Update:
Update to pytorch1.2 and python3.
CTC-based Automatic Speech Recogniton
This is a CTC-based speech recognition system with pytorch.
At present, the system only supports phoneme recognition.
You can also do it at word-level and may get a high error rate.
Another way is to decode with a lexcion and word-level language model using WFST which is not included in this system.
Data
English Corpus: Timit
- Training set: 3696 sentences(exclude SA utterance)
- Dev set: 400 sentences
- Test set: 192 sentences
Chinese Corpus: 863 Corpus
- Training set:
Speaker | UtterId | Utterances |
---|---|---|
M50, F50 | A1-A521, AW1-AW129 | 650 sentences |
M54, F54 | B522-B1040,BW130-BW259 | 649 sentences |
M60, F60 | C1041-C1560 CW260-CW388 | 649 sentences |
M64, F64 | D1-D625 | 625 sentences |
All | 5146 sentences |
- Test set:
Speaker | UtterId | Utterances |
---|---|---|
M51, F51 | A1-A100 | 100 sentences |
M55, F55 | B522-B521 | 100 sentences |
M61, F61 | C1041-C1140 | 100 sentences |
M63, F63 | D1-D100 | 100 sentences |
All | 800 sentences |
Install
- Install Pytorch
Install warp-ctc and bind it to pytorch.
Notice: If use python2, reinstall the pytorch with source code instead of pip.Use pytorch1.2 built-in CTC function(nn.CTCLoss) Now.- Install Kaldi.
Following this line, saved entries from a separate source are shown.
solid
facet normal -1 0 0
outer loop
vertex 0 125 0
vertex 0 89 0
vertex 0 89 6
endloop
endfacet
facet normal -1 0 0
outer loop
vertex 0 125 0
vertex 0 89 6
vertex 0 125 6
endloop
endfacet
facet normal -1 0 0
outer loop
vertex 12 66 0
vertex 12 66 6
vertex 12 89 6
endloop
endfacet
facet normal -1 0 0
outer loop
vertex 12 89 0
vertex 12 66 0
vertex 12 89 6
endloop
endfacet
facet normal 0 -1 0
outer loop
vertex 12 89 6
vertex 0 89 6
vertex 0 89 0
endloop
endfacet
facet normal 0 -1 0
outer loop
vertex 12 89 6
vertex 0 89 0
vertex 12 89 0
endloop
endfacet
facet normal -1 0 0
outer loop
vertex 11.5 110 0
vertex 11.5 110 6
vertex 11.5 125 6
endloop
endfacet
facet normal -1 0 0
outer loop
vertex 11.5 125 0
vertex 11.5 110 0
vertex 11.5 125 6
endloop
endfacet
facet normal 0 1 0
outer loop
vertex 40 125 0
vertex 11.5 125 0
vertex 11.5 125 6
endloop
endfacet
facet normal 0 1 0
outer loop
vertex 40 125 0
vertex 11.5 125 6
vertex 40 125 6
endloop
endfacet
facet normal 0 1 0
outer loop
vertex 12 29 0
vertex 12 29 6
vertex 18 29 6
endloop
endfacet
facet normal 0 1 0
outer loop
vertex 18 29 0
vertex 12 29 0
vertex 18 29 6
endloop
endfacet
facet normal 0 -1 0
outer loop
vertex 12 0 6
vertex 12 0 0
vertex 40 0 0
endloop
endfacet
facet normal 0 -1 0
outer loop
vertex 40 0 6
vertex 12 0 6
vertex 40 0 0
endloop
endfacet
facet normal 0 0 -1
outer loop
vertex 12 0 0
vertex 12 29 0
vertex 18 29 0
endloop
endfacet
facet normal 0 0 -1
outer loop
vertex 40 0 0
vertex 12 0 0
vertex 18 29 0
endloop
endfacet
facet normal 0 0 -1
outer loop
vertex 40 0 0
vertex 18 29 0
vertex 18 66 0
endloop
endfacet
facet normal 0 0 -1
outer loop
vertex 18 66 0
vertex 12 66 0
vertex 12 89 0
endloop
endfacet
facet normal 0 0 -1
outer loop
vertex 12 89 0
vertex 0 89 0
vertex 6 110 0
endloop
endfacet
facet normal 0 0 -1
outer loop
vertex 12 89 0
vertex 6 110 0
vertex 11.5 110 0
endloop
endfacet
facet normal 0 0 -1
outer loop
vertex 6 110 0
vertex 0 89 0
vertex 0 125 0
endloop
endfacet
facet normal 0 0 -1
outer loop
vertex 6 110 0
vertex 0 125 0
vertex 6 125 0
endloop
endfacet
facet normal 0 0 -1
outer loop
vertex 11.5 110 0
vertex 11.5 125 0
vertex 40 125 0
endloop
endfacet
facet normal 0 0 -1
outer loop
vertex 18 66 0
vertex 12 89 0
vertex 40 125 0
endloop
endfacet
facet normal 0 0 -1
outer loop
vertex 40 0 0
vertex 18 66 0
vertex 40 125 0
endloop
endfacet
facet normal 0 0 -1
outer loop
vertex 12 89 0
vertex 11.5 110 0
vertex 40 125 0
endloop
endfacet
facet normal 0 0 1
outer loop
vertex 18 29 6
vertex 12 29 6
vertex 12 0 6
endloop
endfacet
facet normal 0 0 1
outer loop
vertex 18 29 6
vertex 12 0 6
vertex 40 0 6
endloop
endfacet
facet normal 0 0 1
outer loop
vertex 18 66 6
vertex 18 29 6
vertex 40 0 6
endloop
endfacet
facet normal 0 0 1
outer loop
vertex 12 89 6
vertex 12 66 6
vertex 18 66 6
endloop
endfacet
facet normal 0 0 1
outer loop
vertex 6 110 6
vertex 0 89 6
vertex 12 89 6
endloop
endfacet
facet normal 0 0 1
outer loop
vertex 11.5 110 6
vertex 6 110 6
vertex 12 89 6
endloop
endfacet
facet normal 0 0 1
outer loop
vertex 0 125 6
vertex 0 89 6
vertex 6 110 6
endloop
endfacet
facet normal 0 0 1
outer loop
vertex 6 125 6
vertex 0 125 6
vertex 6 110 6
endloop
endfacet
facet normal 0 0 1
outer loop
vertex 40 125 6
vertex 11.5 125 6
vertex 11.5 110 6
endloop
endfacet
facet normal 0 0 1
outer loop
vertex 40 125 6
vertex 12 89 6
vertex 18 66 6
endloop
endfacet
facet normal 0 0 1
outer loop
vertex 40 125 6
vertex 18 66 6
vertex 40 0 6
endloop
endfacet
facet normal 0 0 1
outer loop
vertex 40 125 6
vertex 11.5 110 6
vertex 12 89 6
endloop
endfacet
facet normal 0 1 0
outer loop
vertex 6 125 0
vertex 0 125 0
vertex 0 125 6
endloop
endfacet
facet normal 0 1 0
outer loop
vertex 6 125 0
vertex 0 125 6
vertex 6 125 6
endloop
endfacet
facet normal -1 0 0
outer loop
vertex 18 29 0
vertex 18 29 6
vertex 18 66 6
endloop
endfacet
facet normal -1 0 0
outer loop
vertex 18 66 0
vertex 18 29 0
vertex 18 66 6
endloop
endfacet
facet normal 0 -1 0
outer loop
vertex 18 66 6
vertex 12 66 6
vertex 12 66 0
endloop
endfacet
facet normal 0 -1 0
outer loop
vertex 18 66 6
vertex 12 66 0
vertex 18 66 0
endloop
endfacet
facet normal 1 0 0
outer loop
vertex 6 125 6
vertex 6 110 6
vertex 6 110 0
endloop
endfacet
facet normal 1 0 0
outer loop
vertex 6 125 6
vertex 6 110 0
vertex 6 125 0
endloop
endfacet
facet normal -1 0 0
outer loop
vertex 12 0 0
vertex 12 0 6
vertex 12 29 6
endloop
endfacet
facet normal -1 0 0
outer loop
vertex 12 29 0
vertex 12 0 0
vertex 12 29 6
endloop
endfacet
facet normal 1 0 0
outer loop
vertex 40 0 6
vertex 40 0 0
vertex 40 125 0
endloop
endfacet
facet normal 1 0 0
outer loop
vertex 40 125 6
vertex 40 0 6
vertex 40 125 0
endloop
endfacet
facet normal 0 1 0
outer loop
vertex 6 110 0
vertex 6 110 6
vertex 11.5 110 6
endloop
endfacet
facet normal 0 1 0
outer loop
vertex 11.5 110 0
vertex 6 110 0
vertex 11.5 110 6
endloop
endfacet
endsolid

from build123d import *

# Parameters (mm, degrees)
SKETCH1_W           = 40
SKETCH1_H           = 125
BOSS_EXTRUDE1_DEPTH = 6
SKETCH2_W           = 5.5
SKETCH2_H           = 15
SKETCH2_W_2         = 12
SKETCH2_H_2         = 89
CUT_EXTRUDE1_DEPTH  = 132.381124976
SKETCH3_W           = 6
SKETCH3_H           = 37
CUT_EXTRUDE2_DEPTH  = 132.381124976


with BuildPart() as part:
    # Sketch1 → Boss-Extrude1 (new body)
    with BuildSketch(Plane.XY):
        with Locations((20, 62.5)):
            Rectangle(SKETCH1_W, SKETCH1_H)
    extrude(amount=BOSS_EXTRUDE1_DEPTH)

    # Sketch2 → Cut-Extrude1 (cut, through all)
    with BuildSketch(Plane.XY.offset(6)):
        with Locations((8.75, 117.5)):
            Rectangle(SKETCH2_W, SKETCH2_H)
        with Locations((6, 44.5)):
            Rectangle(SKETCH2_W_2, SKETCH2_H_2)
    extrude(amount=-CUT_EXTRUDE1_DEPTH, mode=Mode.SUBTRACT)

    # Sketch3 → Cut-Extrude2 (cut, through all)
    with BuildSketch(Plane.XY.offset(6)):
        with Locations((15, 47.5)):
            Rectangle(SKETCH3_W, SKETCH3_H)
    extrude(amount=-CUT_EXTRUDE2_DEPTH, mode=Mode.SUBTRACT)


solid = part.part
We use kaldi to extract mfcc and fbank.
- Install pytorch torchaudio(This is needed when using waveform as input).
Install KenLM. Training n-gram Languange Model if needed. Use Irstlm in kaldi tools instead.- Install and start visdom
pip3 install visdom
python -m visdom.server
- Install other python packages
pip install -r requirements.txt
Usage
- Install all the packages according to the Install part.
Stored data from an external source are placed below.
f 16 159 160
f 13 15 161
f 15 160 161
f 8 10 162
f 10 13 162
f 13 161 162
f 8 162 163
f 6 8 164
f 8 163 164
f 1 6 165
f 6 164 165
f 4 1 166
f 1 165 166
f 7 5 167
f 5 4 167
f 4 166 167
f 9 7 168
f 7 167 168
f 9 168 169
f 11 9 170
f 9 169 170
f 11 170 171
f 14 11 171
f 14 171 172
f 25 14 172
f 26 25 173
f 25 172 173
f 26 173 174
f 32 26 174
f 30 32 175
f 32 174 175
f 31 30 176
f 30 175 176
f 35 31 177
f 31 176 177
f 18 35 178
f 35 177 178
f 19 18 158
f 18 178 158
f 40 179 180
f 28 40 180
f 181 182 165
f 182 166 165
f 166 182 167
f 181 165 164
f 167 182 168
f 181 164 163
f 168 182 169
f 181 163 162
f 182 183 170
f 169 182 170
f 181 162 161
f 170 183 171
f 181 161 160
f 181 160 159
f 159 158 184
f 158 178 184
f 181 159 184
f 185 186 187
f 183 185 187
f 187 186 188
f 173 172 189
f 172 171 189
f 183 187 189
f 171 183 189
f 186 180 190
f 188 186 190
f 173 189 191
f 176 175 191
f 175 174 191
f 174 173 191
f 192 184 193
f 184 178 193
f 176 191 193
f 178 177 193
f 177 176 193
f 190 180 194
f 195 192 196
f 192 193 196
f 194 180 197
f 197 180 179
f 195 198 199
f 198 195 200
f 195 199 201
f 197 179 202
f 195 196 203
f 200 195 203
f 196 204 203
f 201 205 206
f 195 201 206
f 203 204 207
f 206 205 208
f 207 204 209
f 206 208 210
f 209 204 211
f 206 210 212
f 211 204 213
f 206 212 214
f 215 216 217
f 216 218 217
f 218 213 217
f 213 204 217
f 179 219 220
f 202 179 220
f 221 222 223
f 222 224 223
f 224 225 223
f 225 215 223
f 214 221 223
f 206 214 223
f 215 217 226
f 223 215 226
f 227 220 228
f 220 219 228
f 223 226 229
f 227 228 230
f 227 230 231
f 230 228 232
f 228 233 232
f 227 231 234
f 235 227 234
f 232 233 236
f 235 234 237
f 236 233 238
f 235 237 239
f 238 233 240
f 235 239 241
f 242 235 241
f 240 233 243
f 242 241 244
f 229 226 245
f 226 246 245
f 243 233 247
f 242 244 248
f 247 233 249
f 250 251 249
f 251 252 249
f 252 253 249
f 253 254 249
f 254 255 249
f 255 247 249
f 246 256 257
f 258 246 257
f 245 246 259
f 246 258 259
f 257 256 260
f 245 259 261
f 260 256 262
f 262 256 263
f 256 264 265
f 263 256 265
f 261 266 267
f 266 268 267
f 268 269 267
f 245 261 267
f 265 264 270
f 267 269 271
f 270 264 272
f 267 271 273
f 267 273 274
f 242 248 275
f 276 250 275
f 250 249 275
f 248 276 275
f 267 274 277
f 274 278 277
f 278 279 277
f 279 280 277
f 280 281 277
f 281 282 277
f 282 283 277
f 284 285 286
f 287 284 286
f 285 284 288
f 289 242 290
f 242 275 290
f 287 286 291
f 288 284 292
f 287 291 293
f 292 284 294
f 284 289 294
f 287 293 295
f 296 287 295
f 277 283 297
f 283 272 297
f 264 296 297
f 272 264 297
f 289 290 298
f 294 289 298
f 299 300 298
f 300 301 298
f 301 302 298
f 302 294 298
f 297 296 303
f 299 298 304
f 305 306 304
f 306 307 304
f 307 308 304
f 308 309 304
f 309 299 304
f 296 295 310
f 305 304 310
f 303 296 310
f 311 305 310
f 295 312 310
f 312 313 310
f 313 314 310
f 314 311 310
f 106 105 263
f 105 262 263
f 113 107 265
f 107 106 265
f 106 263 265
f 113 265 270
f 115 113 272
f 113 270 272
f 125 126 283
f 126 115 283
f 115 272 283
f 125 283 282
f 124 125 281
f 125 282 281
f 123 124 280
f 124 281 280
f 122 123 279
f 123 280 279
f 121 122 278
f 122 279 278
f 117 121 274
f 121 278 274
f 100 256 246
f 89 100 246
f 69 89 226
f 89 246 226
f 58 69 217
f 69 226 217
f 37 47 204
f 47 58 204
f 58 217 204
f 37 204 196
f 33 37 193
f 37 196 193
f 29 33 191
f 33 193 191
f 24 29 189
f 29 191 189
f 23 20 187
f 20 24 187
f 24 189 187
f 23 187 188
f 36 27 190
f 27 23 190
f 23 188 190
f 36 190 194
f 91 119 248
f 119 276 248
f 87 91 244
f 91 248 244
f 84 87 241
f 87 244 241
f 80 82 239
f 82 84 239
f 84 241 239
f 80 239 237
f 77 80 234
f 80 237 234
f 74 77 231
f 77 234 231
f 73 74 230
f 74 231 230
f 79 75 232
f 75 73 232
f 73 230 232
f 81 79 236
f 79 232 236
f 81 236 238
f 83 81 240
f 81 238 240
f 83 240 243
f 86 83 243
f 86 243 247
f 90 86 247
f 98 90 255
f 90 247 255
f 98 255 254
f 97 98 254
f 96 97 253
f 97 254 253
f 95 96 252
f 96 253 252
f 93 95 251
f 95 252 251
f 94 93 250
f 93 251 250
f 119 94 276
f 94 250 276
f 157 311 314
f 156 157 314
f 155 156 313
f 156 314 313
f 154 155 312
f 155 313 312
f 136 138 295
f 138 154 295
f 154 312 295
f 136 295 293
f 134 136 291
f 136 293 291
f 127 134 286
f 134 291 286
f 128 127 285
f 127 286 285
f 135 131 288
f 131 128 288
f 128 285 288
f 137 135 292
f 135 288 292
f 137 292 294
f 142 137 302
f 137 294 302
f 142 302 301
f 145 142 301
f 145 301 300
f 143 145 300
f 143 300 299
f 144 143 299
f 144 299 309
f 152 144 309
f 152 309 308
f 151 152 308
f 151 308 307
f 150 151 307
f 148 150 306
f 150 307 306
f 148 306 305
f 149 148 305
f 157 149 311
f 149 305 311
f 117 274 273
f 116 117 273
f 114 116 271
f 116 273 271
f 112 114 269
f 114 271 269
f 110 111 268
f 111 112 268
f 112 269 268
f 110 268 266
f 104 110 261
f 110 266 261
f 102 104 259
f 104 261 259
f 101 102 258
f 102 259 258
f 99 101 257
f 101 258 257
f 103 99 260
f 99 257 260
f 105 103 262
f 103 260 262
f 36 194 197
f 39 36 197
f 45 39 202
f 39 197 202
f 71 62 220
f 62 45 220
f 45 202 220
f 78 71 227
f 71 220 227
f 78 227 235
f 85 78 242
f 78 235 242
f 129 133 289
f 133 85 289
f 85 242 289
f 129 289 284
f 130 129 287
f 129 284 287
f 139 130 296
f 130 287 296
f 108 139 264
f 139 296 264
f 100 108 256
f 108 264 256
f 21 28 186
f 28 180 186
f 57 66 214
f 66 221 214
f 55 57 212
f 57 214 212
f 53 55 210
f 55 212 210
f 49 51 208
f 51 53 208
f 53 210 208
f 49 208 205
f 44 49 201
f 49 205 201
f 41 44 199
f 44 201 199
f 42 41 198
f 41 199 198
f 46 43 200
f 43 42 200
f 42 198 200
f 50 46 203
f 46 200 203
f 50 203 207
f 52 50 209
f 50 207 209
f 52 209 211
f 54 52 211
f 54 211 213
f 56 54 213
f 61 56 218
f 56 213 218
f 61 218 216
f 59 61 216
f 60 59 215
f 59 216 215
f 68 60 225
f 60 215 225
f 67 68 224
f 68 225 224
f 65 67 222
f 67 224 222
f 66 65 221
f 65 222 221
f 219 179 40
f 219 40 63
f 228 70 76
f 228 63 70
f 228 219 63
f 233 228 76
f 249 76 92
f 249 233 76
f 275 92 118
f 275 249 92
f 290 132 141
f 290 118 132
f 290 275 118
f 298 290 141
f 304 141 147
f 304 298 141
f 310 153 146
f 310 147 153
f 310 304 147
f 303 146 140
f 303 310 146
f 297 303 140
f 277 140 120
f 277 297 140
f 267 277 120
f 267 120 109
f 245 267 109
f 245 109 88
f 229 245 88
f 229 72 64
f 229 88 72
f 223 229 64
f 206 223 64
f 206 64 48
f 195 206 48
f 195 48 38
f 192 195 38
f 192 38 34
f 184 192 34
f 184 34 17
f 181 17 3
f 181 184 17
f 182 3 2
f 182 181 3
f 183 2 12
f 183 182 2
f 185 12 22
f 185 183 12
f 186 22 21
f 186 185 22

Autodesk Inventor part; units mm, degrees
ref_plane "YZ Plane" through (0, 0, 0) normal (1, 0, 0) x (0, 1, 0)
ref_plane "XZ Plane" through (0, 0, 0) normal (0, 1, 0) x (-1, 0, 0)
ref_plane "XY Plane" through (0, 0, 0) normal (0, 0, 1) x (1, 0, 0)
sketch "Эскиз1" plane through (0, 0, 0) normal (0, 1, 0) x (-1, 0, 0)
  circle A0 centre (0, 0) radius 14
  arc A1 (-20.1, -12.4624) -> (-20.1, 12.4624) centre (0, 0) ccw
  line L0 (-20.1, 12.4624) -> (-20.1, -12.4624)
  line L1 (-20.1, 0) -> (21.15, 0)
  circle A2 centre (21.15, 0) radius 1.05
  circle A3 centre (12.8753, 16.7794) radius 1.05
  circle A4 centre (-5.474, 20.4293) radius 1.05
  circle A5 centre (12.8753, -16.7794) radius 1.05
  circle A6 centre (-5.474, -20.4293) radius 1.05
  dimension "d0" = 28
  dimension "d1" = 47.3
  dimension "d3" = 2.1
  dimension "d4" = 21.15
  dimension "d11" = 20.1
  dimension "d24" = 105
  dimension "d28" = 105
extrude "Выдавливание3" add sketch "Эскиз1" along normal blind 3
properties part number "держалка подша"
- Revise the top script run.sh.
- Open the config file to revise the super-parameters about everything.
- Run the top script with four conditions
bash run.sh data_prepare + AM training + LM training + testing
bash run.sh 1 AM training + LM training + testing
bash run.sh 2 LM training + testing
bash run.sh 3 testing
RNN LM training is not implemented yet. They are added to the todo-list.
Data Prepare
- Extract 39dim mfcc and 40dim fbank feature from kaldi.
- Use compute-cmvn-stats and apply-cmvn with training data to get the global mean and variance and normalize the feature.
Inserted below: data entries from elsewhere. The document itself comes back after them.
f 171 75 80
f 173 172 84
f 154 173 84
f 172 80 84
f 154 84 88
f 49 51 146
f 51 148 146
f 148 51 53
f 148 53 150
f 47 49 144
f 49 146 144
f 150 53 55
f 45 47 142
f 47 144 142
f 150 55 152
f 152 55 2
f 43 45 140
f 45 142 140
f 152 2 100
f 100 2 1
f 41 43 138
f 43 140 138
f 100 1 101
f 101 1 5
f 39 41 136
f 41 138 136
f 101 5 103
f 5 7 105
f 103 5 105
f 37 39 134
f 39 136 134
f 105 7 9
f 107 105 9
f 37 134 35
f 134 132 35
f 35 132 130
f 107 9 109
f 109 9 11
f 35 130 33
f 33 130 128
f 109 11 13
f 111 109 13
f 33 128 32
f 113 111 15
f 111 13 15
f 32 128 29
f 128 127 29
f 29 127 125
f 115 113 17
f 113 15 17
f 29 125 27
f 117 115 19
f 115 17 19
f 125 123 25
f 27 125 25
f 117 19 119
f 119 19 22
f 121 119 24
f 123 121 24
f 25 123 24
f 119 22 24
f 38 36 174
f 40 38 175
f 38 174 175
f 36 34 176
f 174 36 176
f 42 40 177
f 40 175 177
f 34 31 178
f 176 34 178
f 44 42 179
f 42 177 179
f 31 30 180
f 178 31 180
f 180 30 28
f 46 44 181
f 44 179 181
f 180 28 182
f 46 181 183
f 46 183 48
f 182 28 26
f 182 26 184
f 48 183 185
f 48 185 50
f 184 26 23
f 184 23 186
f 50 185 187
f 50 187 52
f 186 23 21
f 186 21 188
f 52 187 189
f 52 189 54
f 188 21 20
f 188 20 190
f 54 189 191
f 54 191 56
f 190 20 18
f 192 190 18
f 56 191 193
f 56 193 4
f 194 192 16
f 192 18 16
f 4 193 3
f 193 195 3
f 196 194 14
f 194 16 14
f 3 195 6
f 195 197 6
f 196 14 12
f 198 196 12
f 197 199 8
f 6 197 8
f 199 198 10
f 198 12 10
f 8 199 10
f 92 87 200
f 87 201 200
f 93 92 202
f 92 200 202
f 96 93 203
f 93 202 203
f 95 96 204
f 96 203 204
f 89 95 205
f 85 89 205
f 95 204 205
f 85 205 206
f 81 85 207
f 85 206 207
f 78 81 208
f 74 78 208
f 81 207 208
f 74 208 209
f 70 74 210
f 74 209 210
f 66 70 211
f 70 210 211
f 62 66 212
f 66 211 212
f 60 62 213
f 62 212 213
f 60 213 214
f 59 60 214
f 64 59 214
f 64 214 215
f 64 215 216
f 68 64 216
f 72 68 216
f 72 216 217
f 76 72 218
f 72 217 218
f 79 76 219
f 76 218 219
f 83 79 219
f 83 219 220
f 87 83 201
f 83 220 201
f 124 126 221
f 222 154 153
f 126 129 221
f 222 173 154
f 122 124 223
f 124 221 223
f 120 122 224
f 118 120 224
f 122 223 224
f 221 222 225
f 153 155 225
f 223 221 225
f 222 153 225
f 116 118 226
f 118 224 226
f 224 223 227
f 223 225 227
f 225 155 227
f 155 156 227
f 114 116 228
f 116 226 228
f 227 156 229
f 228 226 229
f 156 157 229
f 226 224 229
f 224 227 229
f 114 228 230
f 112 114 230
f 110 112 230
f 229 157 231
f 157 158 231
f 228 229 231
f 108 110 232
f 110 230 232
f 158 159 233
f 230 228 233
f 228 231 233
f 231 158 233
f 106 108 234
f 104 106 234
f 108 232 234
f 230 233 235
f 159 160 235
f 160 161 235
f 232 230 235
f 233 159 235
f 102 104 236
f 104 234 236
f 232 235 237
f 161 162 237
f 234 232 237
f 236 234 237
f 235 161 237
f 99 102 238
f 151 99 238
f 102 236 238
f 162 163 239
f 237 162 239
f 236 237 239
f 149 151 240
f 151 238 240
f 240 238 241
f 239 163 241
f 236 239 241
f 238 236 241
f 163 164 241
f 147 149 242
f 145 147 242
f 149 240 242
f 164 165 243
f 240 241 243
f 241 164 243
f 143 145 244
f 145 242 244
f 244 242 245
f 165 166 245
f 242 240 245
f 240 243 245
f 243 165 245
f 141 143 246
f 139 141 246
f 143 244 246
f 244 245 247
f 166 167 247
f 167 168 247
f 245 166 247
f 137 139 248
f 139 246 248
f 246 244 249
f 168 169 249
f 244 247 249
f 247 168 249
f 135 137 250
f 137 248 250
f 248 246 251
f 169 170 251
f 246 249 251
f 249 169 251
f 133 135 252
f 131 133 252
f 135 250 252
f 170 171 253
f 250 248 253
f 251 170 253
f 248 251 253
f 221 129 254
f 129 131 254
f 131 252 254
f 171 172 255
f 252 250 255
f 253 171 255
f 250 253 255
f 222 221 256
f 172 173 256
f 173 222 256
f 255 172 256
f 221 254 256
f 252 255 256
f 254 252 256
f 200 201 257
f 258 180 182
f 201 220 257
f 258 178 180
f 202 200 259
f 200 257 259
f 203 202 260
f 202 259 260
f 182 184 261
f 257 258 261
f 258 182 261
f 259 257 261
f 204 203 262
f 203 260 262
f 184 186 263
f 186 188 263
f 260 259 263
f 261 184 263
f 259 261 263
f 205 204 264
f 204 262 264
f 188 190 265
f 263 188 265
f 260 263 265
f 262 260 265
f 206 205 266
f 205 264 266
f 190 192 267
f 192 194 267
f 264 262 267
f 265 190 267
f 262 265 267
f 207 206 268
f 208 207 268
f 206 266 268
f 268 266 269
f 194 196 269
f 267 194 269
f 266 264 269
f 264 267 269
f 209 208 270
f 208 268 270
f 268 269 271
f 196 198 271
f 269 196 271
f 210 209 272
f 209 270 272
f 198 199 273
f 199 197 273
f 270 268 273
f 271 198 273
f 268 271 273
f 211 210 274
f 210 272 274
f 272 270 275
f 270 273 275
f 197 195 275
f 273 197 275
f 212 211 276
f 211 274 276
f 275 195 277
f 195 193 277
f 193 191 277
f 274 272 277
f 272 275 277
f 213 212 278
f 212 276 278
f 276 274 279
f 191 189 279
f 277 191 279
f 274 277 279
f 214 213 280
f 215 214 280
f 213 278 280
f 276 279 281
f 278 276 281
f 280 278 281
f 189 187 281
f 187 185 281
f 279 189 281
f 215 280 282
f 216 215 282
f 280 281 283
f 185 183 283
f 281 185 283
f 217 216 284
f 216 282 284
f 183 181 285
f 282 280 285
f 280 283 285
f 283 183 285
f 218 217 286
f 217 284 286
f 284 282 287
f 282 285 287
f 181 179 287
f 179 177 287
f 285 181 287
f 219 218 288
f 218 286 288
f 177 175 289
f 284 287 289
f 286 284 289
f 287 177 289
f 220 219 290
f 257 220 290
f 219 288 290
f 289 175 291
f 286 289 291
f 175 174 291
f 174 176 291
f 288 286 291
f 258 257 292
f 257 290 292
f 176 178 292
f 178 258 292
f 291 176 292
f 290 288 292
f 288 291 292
- Rewrite Dataset and dataLoader in torch.nn.dataset to prepare data for training. You can find them in the steps/dataloader.py.
Model
- RNN + DNN + CTC RNN here can be replaced by nn.LSTM and nn.GRU
- CNN + RNN + DNN + CTC
CNN is use to reduce the variety of spectrum which can be caused by the speaker and environment difference. - How to choose
Use add_cnn to choose one of two models. If add_cnn is True, then CNN+RNN+DNN+CTC will be chosen.
Training:
- initial-lr = 0.001
- decay = 0.5
- wight-decay = 0.005
Adjust the learning rate if the dev loss is around a specific loss for ten times.
Times of adjusting learning rate is 8 which can be alter in steps/train_ctc.py(line367).
Optimizer is nn.optimizer.Adam with weigth decay 0.005
Decoder
Greedy decoder:
Take the max prob of outputs as the result and get the path.
Calculate the WER and CER by used the function of the class.
Beam decoder:
Implemented with python. Original Code
I fix it to support phoneme for batch decode.
Beamsearch can improve about 0.2% of phonome accuracy.
Phoneme-level language model is inserted to beam search decoder now.
ToDo
- Combine with RNN-LM
- Beam search with RNN-LM
- The code in 863_corpus is a mess. Need arranged.